After fiddling for a few months, Barrett saw a thread on the Toronto-centric message board, stillepost.ca, about a "Weird Al” Yankovic tribute concert taking place. She dutifully prepared a cover of "Smells like Nirvana” on kalimba, and was surprised by the warm reception she received. The event spurred a monthly theme night at a now-defunct Toronto bar called the Bagel, and Barrett was eager to participate again. "The next one was robots and I wrote ‘Robot Ponies,’” she says, referring to one of her most endearing cult hits. "I couldn’t think of an appropriate cover that made sense on the kalimba but I still wanted to play it and it just went from there.”

Barrett has since purchased four more kalimbas to ease her experimentation with different tunings and has augmented her sound with midi compatible bass pedals.

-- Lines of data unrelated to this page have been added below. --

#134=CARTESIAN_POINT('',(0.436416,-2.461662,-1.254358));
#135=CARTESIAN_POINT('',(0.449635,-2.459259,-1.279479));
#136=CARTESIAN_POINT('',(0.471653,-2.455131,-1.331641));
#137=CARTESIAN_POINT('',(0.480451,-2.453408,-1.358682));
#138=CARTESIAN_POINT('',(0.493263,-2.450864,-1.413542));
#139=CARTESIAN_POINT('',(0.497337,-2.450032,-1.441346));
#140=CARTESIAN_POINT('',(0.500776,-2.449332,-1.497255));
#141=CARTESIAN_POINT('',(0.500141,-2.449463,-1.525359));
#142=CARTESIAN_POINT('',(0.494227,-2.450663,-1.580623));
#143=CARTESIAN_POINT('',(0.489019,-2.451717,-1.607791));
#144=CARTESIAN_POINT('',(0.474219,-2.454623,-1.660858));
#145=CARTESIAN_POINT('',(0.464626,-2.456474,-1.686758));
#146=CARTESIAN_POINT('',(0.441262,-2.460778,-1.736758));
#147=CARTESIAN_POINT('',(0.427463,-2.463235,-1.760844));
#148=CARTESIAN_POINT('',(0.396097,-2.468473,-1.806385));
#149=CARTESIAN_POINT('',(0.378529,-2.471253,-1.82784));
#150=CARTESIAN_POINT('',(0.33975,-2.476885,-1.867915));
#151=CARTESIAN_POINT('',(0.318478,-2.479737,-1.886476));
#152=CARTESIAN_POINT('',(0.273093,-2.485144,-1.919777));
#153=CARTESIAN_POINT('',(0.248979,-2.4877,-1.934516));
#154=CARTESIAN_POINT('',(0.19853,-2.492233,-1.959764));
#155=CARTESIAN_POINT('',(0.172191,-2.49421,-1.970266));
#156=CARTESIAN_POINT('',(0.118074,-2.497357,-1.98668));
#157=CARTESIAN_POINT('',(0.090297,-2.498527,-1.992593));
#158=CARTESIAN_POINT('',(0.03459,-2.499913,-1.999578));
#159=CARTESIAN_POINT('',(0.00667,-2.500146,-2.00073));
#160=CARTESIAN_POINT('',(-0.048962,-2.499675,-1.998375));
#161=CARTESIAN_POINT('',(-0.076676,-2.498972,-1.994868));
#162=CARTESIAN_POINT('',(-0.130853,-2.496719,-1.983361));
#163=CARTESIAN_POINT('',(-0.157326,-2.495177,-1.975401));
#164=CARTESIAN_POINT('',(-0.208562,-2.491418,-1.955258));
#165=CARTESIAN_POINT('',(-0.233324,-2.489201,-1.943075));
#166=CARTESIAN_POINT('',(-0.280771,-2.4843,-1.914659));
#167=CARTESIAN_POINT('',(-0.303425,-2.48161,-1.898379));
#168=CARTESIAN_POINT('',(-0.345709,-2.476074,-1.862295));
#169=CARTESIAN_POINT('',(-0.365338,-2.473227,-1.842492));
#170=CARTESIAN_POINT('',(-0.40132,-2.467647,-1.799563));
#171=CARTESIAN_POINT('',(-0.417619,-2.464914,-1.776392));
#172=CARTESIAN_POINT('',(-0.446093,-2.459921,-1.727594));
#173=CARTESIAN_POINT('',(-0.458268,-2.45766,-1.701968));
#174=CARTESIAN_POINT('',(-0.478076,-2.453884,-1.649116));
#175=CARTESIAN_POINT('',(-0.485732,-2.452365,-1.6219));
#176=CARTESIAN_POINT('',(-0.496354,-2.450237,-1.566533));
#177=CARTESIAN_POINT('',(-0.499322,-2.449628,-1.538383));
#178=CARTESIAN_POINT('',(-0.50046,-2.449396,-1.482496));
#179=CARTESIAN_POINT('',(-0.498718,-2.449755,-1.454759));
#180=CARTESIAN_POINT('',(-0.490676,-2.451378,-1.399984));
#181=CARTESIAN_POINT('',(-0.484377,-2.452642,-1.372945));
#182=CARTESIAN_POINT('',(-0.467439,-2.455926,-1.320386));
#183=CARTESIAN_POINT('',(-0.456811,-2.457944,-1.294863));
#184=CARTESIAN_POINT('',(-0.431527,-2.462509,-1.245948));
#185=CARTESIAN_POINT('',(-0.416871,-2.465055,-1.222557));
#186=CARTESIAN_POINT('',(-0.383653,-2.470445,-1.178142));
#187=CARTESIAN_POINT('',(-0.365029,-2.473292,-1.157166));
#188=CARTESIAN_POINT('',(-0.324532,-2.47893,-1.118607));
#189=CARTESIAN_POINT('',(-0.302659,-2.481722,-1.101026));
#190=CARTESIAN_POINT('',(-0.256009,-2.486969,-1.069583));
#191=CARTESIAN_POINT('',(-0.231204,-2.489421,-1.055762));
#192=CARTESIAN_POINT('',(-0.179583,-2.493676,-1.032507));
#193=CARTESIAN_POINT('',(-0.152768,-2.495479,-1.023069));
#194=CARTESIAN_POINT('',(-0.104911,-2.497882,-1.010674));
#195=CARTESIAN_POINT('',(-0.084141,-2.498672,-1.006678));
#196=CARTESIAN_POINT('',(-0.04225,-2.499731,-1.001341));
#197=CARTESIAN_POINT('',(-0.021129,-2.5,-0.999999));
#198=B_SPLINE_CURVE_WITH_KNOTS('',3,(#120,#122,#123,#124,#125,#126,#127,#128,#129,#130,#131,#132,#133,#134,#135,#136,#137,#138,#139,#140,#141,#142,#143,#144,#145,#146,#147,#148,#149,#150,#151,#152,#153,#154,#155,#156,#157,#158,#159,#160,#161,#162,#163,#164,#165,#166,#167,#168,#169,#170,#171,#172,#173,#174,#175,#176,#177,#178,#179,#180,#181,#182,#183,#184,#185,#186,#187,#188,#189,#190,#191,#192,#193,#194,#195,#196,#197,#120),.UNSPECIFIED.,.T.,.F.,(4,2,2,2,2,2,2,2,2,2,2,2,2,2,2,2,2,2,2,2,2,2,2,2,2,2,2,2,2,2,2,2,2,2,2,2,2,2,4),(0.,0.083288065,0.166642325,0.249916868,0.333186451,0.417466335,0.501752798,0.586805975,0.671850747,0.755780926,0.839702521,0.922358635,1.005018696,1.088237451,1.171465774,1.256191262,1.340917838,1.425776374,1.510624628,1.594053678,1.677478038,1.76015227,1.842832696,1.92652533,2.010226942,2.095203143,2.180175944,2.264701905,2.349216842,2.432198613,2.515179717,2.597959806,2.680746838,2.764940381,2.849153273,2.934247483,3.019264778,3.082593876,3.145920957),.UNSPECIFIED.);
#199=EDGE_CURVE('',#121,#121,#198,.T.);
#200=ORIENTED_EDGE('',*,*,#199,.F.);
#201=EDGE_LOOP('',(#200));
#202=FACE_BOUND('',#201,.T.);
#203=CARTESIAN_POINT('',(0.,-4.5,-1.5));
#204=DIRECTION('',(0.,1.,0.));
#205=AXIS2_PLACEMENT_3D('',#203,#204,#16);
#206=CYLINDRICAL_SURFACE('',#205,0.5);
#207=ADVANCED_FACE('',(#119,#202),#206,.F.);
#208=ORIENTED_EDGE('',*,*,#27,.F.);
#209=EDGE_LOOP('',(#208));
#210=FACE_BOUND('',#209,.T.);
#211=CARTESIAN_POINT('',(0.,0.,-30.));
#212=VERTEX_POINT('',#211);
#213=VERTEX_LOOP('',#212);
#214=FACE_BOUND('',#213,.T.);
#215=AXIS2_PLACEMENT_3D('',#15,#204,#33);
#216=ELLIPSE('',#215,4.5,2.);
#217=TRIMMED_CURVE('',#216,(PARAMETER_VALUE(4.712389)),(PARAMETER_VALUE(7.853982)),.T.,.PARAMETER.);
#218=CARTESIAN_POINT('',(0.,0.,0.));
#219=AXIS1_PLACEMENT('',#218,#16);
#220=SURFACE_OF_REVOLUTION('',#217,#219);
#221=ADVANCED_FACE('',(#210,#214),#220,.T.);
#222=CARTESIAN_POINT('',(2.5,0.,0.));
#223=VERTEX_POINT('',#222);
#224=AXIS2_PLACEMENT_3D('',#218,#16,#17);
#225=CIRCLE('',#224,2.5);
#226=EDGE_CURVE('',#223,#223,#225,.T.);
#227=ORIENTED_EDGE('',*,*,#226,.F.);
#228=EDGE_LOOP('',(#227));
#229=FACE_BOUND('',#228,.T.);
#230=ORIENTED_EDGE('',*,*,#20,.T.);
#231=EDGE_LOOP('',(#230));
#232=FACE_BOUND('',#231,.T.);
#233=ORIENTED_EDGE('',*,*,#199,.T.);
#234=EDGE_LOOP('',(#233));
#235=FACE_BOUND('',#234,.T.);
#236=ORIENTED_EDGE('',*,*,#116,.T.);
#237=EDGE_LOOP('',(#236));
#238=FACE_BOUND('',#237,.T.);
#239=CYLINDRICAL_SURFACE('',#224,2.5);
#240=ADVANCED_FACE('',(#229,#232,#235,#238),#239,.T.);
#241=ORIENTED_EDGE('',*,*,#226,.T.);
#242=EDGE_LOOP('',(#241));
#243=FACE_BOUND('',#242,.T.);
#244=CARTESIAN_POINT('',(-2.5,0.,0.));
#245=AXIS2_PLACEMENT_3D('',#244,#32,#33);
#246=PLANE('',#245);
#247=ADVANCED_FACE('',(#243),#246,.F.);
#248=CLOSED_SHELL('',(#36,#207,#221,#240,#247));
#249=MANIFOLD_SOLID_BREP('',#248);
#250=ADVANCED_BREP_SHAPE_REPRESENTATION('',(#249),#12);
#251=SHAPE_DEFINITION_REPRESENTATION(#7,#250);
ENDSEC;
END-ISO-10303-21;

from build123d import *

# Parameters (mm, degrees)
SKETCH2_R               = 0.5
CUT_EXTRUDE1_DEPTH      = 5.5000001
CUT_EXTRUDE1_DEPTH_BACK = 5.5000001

She’s quick to point out, however, that these additions have little to do with the inherent limitations of the kalimba. "There are a lot of ideas in my head from certain cognitive science or linguistics courses that I’ve taken about combinatorial explosion and how it doesn’t matter how few options you have because you can use them in an infinite number of ways,” she explains. "So really, the size of the kalimba is a minor limit to the amount of creation that’s possible using it. It’s like a language; there’s a limited number of words but with a few rules about how to talk and communicate with other people, you can make new sentences that have never existed.”

"Part of the attraction of the kalimba, or any instrument that’s not the piano, is that I’m not already stuck in the patterns and routines of what my classical music instruction has taught me about what music sounds like or what’s ‘right’ and ‘wrong,’ So, playing the kalimba has been a very exploratory journey for me. It’s hard to do something for a while and not get caught in the patterns but I’m trying.”